詳しく学びたい方は、最後に紹介している書籍を参照願います。
このコラムは約3分で読めます。
1 「やる気」とは
人が最も関心を寄せる 心理現象 の1つです。
学校現場でも「やる気が出ない」「やる気のある児童生徒」など、頻繁に使われる言葉であり、
ある意味、
児童生徒のやる気を高めることができる = 腕の良い先生
と言ってもいいぐらい、重要な概念です。
英語では、motivation(モチベーション)
学問的には、動機(どうき)づけ と言われています。
ちなみに、「動機づけ」の定義は、「行動が生起し、維持され、方向づけられるプロセス全般」
2 外発的動機づけと内発的動機づけ
動機づけ(やる気)は、大きく2つに分けられます。
外発的動機づけ
報酬や評価、罰といった、外からの刺激による動機づけ
例えば
例1 志望校に合格したいから、勉強する
例2 怒られないように、練習する
例3 親から褒めてもらえるから、手伝う
内発的動機づけ
興味がある、楽しいといった、内から湧き出る動機づけ
例えば
例1 数学がおもしろいから、勉強する
例2 上手になりたいから、練習する
例3 皿洗いが好きだから、手伝う
児童生徒だと、次のイメージです。
外発的動機づけってダメなの?
「アメ(報酬)とムチ(罰)」の外発的動機づけに対して、「好きこそものの上手なれ」の内発的動機づけです。
外発的動機づけは活動が「手段」となっており、内発的動機づけは活動が「目的」となっています。
これらの違いから、外発的動機づけは「悪いもの」と思われがちです。
しかし、それは誤解です。
例えば、将来、社会の中でどういった人間になりたいかという目標に沿って、
「手段」として学習することも、人が成長していく上で重要な要素です。
また、多くの社会人が、自分の仕事に興味や価値を感じつつ、それと同時に給与額を重視しています。
内発的動機づけのメリット
それでも内発的動機づけが重視される理由は、次の特徴にあります。
内発的動機づけは、やる気の「質」が高い
内発的動機づけは
やる気の「質」が高い
それは、熱中、没頭と言われるもので、
活動に対する集中と、持続的な取り組み、そしてポジティブな感情が得られている状態です。
活動そのものが目的で、主体的に考えるため、創造性やパフォーマンスの高さにも影響します。

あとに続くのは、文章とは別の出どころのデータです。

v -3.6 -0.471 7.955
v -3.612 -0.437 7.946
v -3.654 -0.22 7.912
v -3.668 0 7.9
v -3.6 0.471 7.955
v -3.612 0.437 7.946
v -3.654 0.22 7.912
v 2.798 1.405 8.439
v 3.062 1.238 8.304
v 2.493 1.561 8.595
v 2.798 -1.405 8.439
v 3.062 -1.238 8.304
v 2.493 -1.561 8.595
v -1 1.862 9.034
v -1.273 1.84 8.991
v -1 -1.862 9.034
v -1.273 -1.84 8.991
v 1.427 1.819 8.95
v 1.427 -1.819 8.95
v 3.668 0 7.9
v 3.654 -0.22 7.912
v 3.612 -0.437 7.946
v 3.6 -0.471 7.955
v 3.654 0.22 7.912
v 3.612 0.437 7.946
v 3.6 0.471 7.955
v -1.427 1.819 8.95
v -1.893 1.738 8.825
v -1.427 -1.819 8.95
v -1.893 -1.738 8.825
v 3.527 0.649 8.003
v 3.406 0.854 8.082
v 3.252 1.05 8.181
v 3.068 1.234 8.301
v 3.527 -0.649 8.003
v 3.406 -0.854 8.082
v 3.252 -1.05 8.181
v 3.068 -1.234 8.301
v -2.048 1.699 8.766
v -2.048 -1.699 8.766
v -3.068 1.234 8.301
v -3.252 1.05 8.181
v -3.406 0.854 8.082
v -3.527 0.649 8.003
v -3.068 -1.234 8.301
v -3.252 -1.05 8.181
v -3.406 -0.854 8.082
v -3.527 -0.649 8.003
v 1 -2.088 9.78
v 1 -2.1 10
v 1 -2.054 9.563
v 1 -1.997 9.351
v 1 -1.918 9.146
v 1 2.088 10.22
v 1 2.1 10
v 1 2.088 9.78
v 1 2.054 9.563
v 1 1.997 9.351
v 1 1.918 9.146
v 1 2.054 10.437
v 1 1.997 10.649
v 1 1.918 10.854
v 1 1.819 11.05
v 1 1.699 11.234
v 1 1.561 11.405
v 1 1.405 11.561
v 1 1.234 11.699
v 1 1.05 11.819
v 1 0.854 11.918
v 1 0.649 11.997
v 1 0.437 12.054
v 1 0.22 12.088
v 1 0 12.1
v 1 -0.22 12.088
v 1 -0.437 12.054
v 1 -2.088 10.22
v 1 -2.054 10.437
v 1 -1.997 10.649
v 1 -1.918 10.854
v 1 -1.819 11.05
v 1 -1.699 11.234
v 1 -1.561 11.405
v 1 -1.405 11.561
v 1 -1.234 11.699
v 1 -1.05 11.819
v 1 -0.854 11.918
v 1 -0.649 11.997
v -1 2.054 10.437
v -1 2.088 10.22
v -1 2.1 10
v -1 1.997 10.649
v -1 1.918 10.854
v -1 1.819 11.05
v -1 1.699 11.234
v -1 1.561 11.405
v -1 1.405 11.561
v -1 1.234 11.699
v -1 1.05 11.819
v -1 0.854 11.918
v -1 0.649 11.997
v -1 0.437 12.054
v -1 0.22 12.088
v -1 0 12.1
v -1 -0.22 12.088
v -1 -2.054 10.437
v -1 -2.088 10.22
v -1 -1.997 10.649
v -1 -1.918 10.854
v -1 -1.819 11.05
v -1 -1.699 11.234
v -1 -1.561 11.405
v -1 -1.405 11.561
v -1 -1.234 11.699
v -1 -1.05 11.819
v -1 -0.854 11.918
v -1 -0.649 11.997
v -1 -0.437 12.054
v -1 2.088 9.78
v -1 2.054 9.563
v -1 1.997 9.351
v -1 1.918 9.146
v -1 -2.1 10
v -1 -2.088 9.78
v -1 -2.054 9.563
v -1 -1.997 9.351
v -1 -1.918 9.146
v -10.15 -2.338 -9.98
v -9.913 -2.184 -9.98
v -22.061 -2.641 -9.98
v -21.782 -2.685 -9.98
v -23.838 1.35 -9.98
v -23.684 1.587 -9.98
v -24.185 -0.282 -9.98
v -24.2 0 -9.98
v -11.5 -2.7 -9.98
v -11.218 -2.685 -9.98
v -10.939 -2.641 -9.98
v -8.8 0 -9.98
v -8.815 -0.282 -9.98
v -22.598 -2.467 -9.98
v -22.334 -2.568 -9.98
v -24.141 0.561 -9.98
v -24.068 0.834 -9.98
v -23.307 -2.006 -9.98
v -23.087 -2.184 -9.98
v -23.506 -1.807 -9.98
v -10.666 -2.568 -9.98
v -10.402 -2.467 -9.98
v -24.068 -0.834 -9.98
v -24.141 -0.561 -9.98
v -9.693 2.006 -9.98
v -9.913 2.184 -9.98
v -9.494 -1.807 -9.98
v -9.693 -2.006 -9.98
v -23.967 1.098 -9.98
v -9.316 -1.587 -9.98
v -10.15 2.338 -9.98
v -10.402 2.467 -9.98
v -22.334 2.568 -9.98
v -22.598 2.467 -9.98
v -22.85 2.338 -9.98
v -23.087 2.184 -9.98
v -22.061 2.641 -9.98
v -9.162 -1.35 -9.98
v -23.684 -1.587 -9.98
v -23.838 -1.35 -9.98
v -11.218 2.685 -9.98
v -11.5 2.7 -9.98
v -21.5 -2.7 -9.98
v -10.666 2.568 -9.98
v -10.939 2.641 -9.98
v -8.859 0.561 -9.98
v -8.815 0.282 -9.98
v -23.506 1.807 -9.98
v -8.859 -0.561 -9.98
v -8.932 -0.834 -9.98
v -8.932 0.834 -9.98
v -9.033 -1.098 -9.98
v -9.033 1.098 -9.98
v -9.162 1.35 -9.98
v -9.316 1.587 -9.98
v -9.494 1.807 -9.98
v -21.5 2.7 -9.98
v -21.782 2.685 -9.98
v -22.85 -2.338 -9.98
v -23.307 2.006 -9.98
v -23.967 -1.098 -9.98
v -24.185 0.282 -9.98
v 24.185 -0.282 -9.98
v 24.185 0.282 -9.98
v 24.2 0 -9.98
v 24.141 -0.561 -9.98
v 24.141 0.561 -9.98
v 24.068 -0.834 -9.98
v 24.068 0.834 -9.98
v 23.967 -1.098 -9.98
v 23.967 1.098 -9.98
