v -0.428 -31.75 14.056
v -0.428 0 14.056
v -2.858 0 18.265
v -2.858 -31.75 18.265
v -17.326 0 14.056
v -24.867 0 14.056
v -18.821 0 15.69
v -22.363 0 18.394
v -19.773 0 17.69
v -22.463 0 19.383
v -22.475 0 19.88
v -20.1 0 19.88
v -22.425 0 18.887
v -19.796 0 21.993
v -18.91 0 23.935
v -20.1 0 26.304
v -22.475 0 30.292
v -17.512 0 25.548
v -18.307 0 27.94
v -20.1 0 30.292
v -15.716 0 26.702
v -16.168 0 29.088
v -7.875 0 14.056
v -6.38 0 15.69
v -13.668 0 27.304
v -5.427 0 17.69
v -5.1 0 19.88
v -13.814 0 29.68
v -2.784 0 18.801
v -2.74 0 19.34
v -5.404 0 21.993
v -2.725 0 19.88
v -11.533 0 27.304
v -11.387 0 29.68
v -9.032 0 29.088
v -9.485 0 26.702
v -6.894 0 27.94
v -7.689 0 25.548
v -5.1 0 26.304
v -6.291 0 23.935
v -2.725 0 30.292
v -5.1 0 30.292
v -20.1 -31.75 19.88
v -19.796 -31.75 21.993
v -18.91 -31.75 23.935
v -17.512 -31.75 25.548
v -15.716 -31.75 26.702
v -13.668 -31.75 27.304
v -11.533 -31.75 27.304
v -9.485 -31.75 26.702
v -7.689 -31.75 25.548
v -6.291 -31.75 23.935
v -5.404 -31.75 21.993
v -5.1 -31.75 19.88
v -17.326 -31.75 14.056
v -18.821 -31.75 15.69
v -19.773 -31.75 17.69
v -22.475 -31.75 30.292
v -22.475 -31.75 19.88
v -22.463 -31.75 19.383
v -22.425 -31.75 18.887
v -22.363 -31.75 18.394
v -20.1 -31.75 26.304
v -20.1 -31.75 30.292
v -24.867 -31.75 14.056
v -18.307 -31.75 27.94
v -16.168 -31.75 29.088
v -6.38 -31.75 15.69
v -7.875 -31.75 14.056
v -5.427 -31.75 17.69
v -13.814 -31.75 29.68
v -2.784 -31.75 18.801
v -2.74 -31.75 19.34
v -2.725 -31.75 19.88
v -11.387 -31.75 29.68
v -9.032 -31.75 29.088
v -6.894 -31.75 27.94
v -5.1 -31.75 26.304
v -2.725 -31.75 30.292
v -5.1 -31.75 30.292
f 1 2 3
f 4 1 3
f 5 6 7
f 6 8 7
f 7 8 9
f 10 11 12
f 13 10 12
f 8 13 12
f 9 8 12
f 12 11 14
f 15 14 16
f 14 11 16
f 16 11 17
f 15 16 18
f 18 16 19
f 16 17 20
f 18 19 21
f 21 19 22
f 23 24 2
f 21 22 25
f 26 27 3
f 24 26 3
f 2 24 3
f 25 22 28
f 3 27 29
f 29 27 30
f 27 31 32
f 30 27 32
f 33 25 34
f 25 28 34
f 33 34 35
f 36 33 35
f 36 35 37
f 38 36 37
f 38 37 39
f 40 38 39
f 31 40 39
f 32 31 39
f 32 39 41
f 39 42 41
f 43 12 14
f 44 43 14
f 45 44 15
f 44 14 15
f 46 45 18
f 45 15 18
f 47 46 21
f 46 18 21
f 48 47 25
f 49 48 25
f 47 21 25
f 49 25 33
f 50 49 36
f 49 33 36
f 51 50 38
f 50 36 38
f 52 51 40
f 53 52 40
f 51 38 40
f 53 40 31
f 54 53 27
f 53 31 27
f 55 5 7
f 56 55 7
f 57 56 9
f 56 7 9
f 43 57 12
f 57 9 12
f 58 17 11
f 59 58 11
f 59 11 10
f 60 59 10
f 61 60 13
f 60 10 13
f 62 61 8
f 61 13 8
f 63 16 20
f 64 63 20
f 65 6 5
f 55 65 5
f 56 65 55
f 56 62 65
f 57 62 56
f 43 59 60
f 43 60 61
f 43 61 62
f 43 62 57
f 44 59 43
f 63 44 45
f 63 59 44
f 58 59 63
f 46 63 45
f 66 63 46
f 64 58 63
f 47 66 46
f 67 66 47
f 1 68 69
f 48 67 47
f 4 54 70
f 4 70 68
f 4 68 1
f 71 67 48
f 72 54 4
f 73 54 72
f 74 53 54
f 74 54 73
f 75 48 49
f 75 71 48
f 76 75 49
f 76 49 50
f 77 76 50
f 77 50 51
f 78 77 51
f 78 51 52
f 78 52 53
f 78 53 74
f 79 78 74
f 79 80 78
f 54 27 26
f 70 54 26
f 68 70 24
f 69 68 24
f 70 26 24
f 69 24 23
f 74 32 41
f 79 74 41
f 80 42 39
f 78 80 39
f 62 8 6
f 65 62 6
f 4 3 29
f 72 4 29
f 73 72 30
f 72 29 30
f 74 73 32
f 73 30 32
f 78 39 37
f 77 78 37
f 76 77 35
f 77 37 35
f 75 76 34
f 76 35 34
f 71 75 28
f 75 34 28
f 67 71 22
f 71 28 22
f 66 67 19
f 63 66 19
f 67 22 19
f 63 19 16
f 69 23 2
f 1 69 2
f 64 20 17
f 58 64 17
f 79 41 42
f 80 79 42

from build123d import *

# Parameters (mm, degrees)
F1_DEPTH = 31.75


with BuildPart() as f1:
    # F0 (on Front) → F1 (new body)
    with BuildSketch(Plane.XZ):
        with BuildLine():
            Line((-24.867260192, 14.0561722352), (-20.5749857529, 14.0561722352))
            ThreePointArc((-20.5749857529, 14.0561722352), (-21.7302586773, 16.117381452), (-22.3627959644, 18.394031523))
            Line((-22.3627959644, 18.394031523), (-24.867260192, 14.0561722352))
        make_face()
        with BuildLine():
            ThreePointArc((-17.3257802935, 14.0561722352), (-19.3712146858, 16.6546470319), (-20.1002728939, 19.8802240735))
            Line((-20.1002728939, 19.8802240735), (-20.1002728939, 22.3128364345))
            Line((-20.1002728939, 22.3128364345), (-22.3627959644, 18.394031523))
            ThreePointArc((-22.3627959644, 18.394031523), (-21.7302586773, 16.117381452), (-20.5749857529, 14.0561722352))
            Line((-20.5749857529, 14.0561722352), (-17.3257802935, 14.0561722352))
        make_face()
        with BuildLine():
            Line((-22.3627959644, 18.394031523), (-20.1002728939, 22.3128364345))
            Line((-20.1002728939, 22.3128364345), (-20.1002728939, 26.3040566523))
            ThreePointArc((-20.1002728939, 26.3040566523), (-21.8625114192, 23.3046309565), (-22.4752728939, 19.8802240735))
            ThreePointArc((-22.4752728939, 19.8802240735), (-22.4471135121, 19.1350027378), (-22.3627959644, 18.394031523))
        make_face()
        with BuildLine():
            ThreePointArc((-22.4752728939, 19.8802240735), (-21.8625114192, 23.3046309565), (-20.1002728939, 26.3040566523))
            Line((-20.1002728939, 26.3040566523), (-20.1002728939, 30.2920383944))
            Line((-20.1002728939, 30.2920383944), (-22.4752728939, 30.2920383944))
            Line((-22.4752728939, 30.2920383944), (-22.4752728939, 19.8802240735))
        make_face()
        with BuildLine():
            ThreePointArc((-20.1002728939, 19.8802240735), (-12.6002728939, 27.3802240735), (-5.1002728939, 19.8802240735))
            Line((-5.1002728939, 19.8802240735), (-5.1002728939, 22.1484367352))
            Line((-5.1002728939, 22.1484367352), (-5.1002728939, 26.3040566523))
            ThreePointArc((-5.1002728939, 26.3040566523), (-12.6002728939, 29.7552240735), (-20.1002728939, 26.3040566523))
            Line((-20.1002728939, 26.3040566523), (-20.1002728939, 22.3128364345))
            Line((-20.1002728939, 22.3128364345), (-20.1002728939, 19.8802240735))
        make_face()
        with BuildLine():
            Line((-5.1002728939, 22.1484367352), (-5.1002728939, 19.8802240735))
            ThreePointArc((-5.1002728939, 19.8802240735), (-5.8293311021, 16.6546470319), (-7.8747654943, 14.0561722352))
            Line((-7.8747654943, 14.0561722352), (-4.6255600349, 14.0561722352))
            ThreePointArc((-4.6255600349, 14.0561722352), (-3.4953535559, 16.057127312), (-2.8582453868, 18.265131181))
            Line((-2.8582453868, 18.265131181), (-5.1002728939, 22.1484367352))
        make_face()
        with BuildLine():
            Line((-5.1002728939, 26.3040566523), (-5.1002728939, 22.1484367352))
            Line((-5.1002728939, 22.1484367352), (-2.8582453868, 18.265131181))
            ThreePointArc((-2.8582453868, 18.265131181), (-2.758572161, 19.0699453043), (-2.7252728939, 19.8802240735))
            ThreePointArc((-2.7252728939, 19.8802240735), (-3.3380343686, 23.3046309565), (-5.1002728939, 26.3040566523))
        make_face()
        with BuildLine():
            ThreePointArc((-2.8582453868, 18.265131181), (-3.4953535559, 16.057127312), (-4.6255600349, 14.0561722352))
            Line((-4.6255600349, 14.0561722352), (-0.4282018064, 14.0561722352))
            Line((-0.4282018064, 14.0561722352), (-2.8582453868, 18.265131181))
        make_face()
        with BuildLine():
            Line((-5.1002728939, 30.2920383944), (-5.1002728939, 26.3040566523))
            ThreePointArc((-5.1002728939, 26.3040566523), (-3.3380343686, 23.3046309565), (-2.7252728939, 19.8802240735))
            Line((-2.7252728939, 19.8802240735), (-2.7252728939, 30.2920383944))
            Line((-2.7252728939, 30.2920383944), (-5.1002728939, 30.2920383944))
        make_face()
    extrude(amount=F1_DEPTH)


solid = f1.part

真剣だから楽しい、楽しいから真剣という理想の循環に入り、児童生徒の表情が変わります。
3 内発的動機づけを高める方法
内発的動機づけには「興味」が必要です。
「これ、好き!」「おもしろい」「えっ、何これ?」「不思議!」「どうして?」「もっと知りたい」という心の動きです。
この「興味」を分解すると
興味 = 個人の好きな分野 + 好奇心の刺激
個人の好きな分野 + 好奇心の刺激
となります。
それぞれについて、説明します。
個人が好きな分野で活動する
バスケットボールが好き、アニメの沼にハマる、動画制作で夜更かし など
好きな分野は、人によって異なるものです。
人は、自分の好きな分野で活動すると、自ずと熱中し、時間を忘れて取り組みます。
内発的動機づけを高めるためには、
個人が好きな分野で活動する
当たり前のことを言っていますが、重要です。
中学校や高等学校では、進路先を選ぶときの1つの考え方となります。
実際、先ほどの例(バスケットボール、アニメ、動画制作)を学ぶため、
部活動の強豪校に進学したり、多様な授業が受けられる高等学校に進学したりする生徒は多くいます。
ただ、ほとんどの先生にとっては、
「その興味が、うちの学校にある教科であってくれたら・・・」と、悩ましいものだと思います。
そこで、次の「好奇心を刺激する」です。
好奇心を刺激する
人には、新奇な刺激や、未知の情報を求める傾向があります。
例えば
例1 ネットニュースの刺激的な見出し「〇〇の1位は?」「〇〇過ぎる」「〇〇が激白」
例2 職場の同僚から「ねー、聞いた?」と語られる、ここだけの話
「えっ、何?」とワクワクして、知りたくなります。
このワクワクが高まる理由は、
「自分が既に知っていること」と
「新しいモノ・情報」の間に
ズレがあるから
ズレがあると「なんだろう?」「もっと知りたい」と、ズレを解消したくなります。
それが好奇心の刺激となり、内発的動機づけが高まります。
ズレを上手く活用した例は
例1 習いごと(書道、ピアノなど)は、先生がお手本を見せ、生徒との違いを明確にする
→「えっ、自分と違う」「どうしたら?」となり、内発的動機づけが高まる
例2 書籍のタイトルは、「魔法の〇〇」「〇〇が9割」「〇〇の品格」など、強い言葉で言い切る
→「何だろう?」「どういうこと?」となり、内発的動機づけが高まる
例3 テレビ番組「チコちゃんに叱られる!」は、先に疑問と不思議な答えが提示される
→「どういうこと?」「詳しく知りたい」となり、内発的動機づけが高まる
実際、内発的動機づけの塊(かたまり)である幼少期のこどもは、
「なんで?」「どうして?」と言うことが多いと思います。
授業でも好奇心を刺激して、やる気を引き上げる
学校の授業は、どうでしょうか?
小学校、中学校、特別支援学校では、
【導入】の「めあて」「課題」で、児童生徒の「なんで?」「どうして?」を引き出すことが重視されています。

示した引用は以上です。